#### [WORK INSTRUCTION]
Would you repeat exactly the part of the listing below that runs from the line containing "#26=LINE('',#22,#25);" down to the line containing "#78=LINE('',#15,#77);", inclusive, and nothing else?

#### [RECORDS SHOWN]
========
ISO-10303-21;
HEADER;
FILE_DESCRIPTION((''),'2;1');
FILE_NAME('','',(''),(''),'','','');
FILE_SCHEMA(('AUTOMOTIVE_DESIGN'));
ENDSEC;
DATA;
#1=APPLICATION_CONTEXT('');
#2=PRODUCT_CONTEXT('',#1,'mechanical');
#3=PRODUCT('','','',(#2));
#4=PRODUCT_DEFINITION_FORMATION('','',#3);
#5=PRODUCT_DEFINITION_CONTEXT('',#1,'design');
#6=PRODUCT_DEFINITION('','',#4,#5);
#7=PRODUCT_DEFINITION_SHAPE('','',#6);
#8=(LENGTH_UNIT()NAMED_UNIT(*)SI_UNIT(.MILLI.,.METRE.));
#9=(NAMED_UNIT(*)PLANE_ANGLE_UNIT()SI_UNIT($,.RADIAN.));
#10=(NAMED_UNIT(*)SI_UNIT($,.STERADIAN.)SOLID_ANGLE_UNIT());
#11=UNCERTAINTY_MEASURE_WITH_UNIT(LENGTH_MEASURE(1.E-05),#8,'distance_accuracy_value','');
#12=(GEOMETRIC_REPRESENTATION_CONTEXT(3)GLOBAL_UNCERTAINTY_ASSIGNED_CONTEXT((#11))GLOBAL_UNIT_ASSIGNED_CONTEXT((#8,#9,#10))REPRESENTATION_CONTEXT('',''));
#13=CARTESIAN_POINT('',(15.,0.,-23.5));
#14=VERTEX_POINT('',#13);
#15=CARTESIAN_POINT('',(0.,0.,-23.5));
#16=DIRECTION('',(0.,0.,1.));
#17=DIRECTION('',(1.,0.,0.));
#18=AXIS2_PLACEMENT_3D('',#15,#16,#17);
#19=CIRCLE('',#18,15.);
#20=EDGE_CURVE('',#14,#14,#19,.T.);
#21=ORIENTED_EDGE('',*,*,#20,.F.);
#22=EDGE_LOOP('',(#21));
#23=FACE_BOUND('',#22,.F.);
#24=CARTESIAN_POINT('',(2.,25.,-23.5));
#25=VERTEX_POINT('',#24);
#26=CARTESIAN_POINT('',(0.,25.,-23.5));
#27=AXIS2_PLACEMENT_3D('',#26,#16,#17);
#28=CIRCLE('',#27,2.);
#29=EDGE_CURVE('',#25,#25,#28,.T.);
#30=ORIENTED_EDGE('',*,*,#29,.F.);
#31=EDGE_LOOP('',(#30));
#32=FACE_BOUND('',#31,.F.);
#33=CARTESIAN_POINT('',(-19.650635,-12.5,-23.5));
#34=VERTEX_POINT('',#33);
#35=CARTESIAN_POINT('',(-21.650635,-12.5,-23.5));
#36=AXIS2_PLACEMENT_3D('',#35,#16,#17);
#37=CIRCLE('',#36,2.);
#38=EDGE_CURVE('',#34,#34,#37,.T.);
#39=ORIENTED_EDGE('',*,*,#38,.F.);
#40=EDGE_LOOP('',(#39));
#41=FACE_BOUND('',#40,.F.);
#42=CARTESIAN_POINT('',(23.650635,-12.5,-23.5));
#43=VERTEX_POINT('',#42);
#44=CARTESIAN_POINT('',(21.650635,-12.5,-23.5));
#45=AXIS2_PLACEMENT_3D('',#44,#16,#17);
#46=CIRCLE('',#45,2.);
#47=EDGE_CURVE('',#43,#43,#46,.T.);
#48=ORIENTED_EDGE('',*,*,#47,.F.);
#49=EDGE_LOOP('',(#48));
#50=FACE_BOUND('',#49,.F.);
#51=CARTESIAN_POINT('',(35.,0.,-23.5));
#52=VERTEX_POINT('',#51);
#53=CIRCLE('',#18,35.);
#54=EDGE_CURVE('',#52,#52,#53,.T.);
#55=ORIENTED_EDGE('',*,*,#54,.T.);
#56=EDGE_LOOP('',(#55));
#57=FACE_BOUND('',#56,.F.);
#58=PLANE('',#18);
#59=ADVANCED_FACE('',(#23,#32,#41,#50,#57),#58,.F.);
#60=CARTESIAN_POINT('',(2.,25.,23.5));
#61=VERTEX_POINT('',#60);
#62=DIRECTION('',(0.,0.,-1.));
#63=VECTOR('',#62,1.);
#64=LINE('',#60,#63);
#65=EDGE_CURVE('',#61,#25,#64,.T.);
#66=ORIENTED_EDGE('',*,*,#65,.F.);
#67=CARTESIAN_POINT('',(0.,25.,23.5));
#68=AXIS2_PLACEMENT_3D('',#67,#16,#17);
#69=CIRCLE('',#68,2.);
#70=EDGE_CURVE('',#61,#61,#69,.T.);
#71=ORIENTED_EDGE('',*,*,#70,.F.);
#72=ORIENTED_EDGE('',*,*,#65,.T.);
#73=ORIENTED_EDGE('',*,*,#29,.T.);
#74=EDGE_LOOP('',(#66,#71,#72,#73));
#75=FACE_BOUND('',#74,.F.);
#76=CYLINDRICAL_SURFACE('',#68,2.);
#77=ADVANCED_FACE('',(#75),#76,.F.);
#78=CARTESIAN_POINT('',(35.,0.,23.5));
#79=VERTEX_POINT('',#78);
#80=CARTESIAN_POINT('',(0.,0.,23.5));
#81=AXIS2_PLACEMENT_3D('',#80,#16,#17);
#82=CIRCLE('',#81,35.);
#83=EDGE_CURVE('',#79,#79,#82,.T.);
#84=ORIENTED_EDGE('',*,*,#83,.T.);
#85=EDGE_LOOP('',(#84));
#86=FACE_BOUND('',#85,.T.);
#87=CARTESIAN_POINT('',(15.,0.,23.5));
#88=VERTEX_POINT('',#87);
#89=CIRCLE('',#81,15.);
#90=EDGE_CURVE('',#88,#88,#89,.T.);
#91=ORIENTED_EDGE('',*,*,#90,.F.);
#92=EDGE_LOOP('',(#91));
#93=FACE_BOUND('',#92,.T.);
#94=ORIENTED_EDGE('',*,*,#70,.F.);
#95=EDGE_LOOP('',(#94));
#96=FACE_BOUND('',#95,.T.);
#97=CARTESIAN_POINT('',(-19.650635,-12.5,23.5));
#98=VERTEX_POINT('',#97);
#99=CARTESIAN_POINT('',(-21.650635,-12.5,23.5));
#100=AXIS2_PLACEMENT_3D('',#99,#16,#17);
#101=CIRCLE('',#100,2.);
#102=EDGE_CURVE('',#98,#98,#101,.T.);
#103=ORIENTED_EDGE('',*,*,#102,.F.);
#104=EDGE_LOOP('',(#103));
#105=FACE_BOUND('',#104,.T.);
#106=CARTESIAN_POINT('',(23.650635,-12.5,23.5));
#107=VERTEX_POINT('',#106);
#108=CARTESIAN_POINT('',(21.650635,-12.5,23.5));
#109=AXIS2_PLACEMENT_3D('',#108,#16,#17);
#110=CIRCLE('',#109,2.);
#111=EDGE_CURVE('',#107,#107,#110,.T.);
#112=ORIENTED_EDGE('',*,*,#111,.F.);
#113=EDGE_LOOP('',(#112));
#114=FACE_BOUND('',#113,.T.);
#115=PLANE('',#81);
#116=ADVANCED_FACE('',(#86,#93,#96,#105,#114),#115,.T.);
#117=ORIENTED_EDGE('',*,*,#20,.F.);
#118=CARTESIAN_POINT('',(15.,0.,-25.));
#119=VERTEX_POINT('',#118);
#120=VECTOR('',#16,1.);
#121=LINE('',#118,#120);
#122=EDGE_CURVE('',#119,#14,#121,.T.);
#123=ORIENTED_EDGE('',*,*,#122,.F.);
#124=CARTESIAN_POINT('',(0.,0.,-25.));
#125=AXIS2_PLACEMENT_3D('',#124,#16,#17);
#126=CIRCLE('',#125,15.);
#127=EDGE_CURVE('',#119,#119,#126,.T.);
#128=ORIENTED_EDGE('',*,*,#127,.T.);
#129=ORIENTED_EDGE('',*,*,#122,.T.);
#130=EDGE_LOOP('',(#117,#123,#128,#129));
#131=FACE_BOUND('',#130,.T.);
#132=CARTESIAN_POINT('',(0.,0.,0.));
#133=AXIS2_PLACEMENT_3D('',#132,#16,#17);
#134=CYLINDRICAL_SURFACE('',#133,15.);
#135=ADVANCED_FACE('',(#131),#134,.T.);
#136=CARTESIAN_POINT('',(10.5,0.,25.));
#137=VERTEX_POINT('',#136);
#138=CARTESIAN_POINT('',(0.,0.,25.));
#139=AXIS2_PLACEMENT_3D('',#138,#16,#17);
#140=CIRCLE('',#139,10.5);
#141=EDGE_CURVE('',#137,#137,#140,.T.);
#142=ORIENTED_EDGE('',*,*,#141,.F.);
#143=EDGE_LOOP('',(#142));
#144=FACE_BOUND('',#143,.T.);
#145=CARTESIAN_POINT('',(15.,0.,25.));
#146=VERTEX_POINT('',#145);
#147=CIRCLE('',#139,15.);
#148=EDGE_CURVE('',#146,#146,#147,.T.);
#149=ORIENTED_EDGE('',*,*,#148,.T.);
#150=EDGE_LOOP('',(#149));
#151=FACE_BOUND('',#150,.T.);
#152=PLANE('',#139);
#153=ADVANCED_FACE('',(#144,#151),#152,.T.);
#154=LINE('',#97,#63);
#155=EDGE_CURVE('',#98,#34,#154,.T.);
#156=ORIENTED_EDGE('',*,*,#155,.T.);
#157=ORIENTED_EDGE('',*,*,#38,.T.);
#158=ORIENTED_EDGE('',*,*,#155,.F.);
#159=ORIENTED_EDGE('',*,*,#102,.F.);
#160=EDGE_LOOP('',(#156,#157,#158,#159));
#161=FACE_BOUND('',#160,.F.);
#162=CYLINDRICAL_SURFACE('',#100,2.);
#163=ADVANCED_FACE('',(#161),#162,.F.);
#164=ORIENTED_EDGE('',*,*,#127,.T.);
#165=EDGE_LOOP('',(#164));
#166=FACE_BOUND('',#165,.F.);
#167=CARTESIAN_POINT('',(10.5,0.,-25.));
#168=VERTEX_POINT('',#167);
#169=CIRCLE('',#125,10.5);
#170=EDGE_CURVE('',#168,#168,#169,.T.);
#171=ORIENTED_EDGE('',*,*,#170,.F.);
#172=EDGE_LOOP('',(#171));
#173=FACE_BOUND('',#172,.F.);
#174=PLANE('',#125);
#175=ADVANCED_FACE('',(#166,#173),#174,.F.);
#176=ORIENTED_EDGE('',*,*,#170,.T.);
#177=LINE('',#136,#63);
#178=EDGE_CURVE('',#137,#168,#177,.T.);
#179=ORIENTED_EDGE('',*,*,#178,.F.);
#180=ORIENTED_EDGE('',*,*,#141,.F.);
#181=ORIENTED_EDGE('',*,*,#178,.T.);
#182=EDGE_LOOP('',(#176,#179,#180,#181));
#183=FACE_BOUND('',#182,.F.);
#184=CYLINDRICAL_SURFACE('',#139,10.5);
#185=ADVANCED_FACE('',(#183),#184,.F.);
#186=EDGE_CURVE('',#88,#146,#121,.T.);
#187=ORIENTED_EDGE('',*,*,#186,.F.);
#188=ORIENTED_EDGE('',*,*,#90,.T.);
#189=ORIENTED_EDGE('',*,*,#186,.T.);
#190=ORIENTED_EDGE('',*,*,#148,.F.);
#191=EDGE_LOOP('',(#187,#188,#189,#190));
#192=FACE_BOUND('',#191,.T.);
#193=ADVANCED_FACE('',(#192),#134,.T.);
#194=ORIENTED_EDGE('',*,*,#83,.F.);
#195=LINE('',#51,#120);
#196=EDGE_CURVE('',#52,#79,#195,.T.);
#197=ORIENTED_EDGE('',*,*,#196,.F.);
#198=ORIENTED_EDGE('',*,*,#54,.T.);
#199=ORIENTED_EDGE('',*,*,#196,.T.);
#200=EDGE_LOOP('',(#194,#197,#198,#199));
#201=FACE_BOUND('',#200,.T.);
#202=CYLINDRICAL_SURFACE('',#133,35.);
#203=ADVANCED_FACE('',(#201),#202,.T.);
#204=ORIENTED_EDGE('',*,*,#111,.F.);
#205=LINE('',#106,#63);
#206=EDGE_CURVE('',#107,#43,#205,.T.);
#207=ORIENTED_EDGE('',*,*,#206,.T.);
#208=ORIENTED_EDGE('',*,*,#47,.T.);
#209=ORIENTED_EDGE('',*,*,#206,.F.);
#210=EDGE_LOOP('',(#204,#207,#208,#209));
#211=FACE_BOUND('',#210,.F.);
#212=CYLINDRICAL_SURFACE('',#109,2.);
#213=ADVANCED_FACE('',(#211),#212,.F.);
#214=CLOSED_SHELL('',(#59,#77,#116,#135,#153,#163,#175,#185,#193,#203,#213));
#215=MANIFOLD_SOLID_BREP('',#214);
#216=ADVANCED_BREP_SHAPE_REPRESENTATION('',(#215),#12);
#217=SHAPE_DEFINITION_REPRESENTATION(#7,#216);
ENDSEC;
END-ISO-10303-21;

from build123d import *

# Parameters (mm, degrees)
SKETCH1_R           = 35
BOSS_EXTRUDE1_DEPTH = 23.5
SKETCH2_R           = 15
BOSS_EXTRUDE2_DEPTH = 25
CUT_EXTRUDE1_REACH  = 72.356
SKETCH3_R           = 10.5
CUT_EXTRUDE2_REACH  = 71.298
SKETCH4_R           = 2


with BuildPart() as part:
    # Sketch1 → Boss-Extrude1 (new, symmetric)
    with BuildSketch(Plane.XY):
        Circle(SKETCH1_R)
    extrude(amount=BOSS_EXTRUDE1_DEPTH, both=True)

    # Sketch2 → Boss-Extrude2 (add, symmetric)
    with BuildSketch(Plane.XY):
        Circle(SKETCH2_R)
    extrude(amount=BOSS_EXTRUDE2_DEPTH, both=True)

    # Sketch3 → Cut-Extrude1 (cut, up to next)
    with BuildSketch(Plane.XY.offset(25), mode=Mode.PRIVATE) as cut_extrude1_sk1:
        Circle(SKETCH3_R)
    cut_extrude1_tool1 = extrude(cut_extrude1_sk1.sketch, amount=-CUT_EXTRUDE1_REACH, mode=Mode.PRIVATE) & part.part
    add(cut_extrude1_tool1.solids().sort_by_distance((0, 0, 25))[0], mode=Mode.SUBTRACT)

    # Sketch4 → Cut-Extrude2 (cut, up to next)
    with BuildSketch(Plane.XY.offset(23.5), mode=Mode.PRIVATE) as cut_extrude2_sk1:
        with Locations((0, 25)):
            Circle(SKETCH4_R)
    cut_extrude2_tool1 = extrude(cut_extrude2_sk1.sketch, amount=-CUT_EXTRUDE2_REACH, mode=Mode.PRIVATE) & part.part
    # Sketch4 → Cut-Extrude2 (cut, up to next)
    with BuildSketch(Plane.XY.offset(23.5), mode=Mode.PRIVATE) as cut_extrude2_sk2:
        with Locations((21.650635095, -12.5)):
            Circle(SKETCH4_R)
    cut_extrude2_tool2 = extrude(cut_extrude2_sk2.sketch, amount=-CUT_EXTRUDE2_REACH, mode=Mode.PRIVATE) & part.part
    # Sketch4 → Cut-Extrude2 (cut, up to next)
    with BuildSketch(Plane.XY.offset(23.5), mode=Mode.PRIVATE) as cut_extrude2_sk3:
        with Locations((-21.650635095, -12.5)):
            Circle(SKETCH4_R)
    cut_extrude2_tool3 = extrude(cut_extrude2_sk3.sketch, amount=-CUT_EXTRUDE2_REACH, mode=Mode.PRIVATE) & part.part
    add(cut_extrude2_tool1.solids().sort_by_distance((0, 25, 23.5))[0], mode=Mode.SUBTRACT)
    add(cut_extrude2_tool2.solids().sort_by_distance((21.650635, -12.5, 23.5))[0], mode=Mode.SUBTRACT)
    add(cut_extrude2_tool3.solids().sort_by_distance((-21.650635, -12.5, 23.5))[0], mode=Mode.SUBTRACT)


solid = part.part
========
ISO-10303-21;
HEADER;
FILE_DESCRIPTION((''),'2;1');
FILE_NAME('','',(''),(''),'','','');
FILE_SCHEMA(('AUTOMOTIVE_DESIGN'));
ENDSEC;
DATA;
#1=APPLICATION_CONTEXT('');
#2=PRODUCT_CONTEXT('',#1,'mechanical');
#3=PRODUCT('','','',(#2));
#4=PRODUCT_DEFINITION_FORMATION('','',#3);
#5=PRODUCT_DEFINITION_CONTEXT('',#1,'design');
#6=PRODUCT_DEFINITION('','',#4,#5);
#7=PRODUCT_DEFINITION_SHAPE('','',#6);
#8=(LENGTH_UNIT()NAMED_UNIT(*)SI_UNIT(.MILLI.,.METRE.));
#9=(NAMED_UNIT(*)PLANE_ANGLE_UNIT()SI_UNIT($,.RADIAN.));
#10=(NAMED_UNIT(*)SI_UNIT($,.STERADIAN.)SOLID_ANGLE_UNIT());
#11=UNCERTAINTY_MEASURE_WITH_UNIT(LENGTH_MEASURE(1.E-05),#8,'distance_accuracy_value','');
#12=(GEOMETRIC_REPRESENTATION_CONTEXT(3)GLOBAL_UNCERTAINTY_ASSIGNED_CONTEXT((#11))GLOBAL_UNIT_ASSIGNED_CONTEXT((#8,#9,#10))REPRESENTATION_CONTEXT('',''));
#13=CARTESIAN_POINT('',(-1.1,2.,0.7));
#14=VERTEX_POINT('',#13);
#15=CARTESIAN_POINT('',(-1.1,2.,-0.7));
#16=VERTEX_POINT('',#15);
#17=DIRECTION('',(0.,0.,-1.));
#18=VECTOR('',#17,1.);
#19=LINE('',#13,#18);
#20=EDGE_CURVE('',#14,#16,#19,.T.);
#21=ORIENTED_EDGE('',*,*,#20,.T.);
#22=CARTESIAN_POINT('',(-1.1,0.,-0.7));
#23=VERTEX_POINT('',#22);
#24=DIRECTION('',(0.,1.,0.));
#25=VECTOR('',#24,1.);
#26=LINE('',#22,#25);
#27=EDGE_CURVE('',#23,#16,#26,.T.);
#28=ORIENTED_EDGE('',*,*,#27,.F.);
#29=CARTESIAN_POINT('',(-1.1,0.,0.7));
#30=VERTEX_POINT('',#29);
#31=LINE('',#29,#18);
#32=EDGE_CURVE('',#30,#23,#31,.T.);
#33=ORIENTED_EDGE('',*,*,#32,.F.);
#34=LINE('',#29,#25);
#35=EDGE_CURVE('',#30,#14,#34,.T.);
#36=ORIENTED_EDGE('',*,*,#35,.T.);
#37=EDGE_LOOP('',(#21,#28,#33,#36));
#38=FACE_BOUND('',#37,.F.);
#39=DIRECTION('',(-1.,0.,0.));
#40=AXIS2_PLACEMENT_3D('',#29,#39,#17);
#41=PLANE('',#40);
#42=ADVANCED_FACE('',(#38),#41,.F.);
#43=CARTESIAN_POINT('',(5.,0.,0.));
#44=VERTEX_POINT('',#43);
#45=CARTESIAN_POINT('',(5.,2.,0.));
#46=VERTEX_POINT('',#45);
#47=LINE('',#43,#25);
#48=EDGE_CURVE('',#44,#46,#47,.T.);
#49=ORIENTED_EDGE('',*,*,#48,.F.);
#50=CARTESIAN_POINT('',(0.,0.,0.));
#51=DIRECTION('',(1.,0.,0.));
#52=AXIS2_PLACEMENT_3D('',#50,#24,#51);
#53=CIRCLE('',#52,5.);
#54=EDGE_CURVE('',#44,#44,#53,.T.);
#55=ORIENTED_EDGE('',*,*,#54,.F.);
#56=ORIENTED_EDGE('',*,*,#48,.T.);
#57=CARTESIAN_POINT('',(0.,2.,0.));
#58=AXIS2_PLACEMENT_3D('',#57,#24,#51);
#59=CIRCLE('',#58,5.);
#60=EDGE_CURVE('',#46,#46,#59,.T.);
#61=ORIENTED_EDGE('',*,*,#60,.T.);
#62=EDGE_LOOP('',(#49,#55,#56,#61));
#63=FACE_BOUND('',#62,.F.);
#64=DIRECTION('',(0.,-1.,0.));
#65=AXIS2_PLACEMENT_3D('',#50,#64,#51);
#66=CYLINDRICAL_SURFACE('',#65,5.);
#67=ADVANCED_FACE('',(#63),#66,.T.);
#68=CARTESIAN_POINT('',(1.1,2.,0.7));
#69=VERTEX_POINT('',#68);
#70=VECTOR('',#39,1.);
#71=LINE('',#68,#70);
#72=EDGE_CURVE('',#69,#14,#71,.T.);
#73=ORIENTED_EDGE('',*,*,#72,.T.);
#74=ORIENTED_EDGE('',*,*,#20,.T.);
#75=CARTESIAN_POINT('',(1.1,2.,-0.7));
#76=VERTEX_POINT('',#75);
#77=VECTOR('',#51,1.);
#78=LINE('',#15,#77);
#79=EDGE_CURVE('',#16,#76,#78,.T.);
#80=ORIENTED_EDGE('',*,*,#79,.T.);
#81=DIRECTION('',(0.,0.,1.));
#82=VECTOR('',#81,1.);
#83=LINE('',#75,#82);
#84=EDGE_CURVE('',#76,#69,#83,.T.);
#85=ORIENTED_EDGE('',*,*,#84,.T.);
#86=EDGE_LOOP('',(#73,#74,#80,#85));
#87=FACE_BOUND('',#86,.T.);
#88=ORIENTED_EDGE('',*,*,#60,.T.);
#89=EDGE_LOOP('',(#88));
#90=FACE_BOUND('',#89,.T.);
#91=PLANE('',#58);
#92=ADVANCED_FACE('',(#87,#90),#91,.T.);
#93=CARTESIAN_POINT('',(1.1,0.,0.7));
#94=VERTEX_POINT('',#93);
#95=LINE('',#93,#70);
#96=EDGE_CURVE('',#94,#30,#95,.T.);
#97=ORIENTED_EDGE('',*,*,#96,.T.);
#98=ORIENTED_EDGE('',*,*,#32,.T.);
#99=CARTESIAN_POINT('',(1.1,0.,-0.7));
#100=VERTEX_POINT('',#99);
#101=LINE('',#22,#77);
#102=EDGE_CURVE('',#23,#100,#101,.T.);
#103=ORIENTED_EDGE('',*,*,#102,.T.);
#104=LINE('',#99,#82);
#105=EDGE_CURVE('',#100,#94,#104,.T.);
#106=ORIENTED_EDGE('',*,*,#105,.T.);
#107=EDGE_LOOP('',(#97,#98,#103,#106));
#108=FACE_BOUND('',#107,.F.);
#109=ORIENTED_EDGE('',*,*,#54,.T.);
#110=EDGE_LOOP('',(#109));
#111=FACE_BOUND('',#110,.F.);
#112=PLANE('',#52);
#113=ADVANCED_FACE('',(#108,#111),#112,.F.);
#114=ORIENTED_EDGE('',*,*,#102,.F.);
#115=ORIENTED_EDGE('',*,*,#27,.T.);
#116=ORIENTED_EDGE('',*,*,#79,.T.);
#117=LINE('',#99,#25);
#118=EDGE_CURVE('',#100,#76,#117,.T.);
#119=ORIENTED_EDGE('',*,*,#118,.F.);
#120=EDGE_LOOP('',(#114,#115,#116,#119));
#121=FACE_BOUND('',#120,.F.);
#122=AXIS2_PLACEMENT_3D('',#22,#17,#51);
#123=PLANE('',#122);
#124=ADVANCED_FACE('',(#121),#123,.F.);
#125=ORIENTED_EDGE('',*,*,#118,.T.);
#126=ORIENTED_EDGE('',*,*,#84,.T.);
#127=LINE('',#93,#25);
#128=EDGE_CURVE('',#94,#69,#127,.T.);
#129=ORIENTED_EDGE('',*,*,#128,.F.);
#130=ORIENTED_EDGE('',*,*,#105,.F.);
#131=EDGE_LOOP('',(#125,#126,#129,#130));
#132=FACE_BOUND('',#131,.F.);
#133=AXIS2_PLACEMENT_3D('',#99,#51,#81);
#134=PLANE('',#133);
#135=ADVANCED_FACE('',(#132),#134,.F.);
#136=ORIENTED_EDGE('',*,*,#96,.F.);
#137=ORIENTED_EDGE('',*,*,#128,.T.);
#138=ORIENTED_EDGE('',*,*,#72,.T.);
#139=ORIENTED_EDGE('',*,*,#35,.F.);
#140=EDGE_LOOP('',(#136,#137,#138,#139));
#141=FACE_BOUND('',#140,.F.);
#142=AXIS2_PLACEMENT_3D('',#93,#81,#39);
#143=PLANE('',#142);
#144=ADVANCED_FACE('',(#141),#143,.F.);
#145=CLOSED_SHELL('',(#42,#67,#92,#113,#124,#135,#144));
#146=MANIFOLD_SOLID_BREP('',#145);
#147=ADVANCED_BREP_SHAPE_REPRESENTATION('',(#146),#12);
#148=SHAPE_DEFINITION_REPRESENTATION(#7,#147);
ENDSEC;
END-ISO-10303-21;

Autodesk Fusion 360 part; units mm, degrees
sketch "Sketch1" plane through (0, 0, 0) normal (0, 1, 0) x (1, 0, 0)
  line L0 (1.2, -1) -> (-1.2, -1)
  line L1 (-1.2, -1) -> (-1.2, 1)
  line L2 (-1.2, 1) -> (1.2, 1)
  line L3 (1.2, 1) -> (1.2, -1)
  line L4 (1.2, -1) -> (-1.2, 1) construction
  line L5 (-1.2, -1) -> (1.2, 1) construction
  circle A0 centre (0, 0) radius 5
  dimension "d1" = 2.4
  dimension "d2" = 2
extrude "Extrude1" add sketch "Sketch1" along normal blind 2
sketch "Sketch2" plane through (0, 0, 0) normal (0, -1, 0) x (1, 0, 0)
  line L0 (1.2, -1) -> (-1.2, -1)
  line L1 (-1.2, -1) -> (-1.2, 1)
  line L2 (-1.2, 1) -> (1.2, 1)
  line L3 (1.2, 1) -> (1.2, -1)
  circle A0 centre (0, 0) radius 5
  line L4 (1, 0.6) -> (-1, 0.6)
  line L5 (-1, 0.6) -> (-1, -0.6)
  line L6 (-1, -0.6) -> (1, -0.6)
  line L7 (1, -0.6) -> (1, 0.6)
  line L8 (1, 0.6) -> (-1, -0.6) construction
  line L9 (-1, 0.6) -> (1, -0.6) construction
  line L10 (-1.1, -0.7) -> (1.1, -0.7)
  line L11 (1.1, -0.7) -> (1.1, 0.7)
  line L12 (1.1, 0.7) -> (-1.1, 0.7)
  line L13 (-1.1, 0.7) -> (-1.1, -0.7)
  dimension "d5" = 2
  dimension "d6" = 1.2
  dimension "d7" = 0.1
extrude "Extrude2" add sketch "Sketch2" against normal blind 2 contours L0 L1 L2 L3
========
#### [TASK RESULT]
#26=LINE('',#22,#25);
#27=EDGE_CURVE('',#23,#16,#26,.T.);
#28=ORIENTED_EDGE('',*,*,#27,.F.);
#29=CARTESIAN_POINT('',(-1.1,0.,0.7));
#30=VERTEX_POINT('',#29);
#31=LINE('',#29,#18);
#32=EDGE_CURVE('',#30,#23,#31,.T.);
#33=ORIENTED_EDGE('',*,*,#32,.F.);
#34=LINE('',#29,#25);
#35=EDGE_CURVE('',#30,#14,#34,.T.);
#36=ORIENTED_EDGE('',*,*,#35,.T.);
#37=EDGE_LOOP('',(#21,#28,#33,#36));
#38=FACE_BOUND('',#37,.F.);
#39=DIRECTION('',(-1.,0.,0.));
#40=AXIS2_PLACEMENT_3D('',#29,#39,#17);
#41=PLANE('',#40);
#42=ADVANCED_FACE('',(#38),#41,.F.);
#43=CARTESIAN_POINT('',(5.,0.,0.));
#44=VERTEX_POINT('',#43);
#45=CARTESIAN_POINT('',(5.,2.,0.));
#46=VERTEX_POINT('',#45);
#47=LINE('',#43,#25);
#48=EDGE_CURVE('',#44,#46,#47,.T.);
#49=ORIENTED_EDGE('',*,*,#48,.F.);
#50=CARTESIAN_POINT('',(0.,0.,0.));
#51=DIRECTION('',(1.,0.,0.));
#52=AXIS2_PLACEMENT_3D('',#50,#24,#51);
#53=CIRCLE('',#52,5.);
#54=EDGE_CURVE('',#44,#44,#53,.T.);
#55=ORIENTED_EDGE('',*,*,#54,.F.);
#56=ORIENTED_EDGE('',*,*,#48,.T.);
#57=CARTESIAN_POINT('',(0.,2.,0.));
#58=AXIS2_PLACEMENT_3D('',#57,#24,#51);
#59=CIRCLE('',#58,5.);
#60=EDGE_CURVE('',#46,#46,#59,.T.);
#61=ORIENTED_EDGE('',*,*,#60,.T.);
#62=EDGE_LOOP('',(#49,#55,#56,#61));
#63=FACE_BOUND('',#62,.F.);
#64=DIRECTION('',(0.,-1.,0.));
#65=AXIS2_PLACEMENT_3D('',#50,#64,#51);
#66=CYLINDRICAL_SURFACE('',#65,5.);
#67=ADVANCED_FACE('',(#63),#66,.T.);
#68=CARTESIAN_POINT('',(1.1,2.,0.7));
#69=VERTEX_POINT('',#68);
#70=VECTOR('',#39,1.);
#71=LINE('',#68,#70);
#72=EDGE_CURVE('',#69,#14,#71,.T.);
#73=ORIENTED_EDGE('',*,*,#72,.T.);
#74=ORIENTED_EDGE('',*,*,#20,.T.);
#75=CARTESIAN_POINT('',(1.1,2.,-0.7));
#76=VERTEX_POINT('',#75);
#77=VECTOR('',#51,1.);
#78=LINE('',#15,#77);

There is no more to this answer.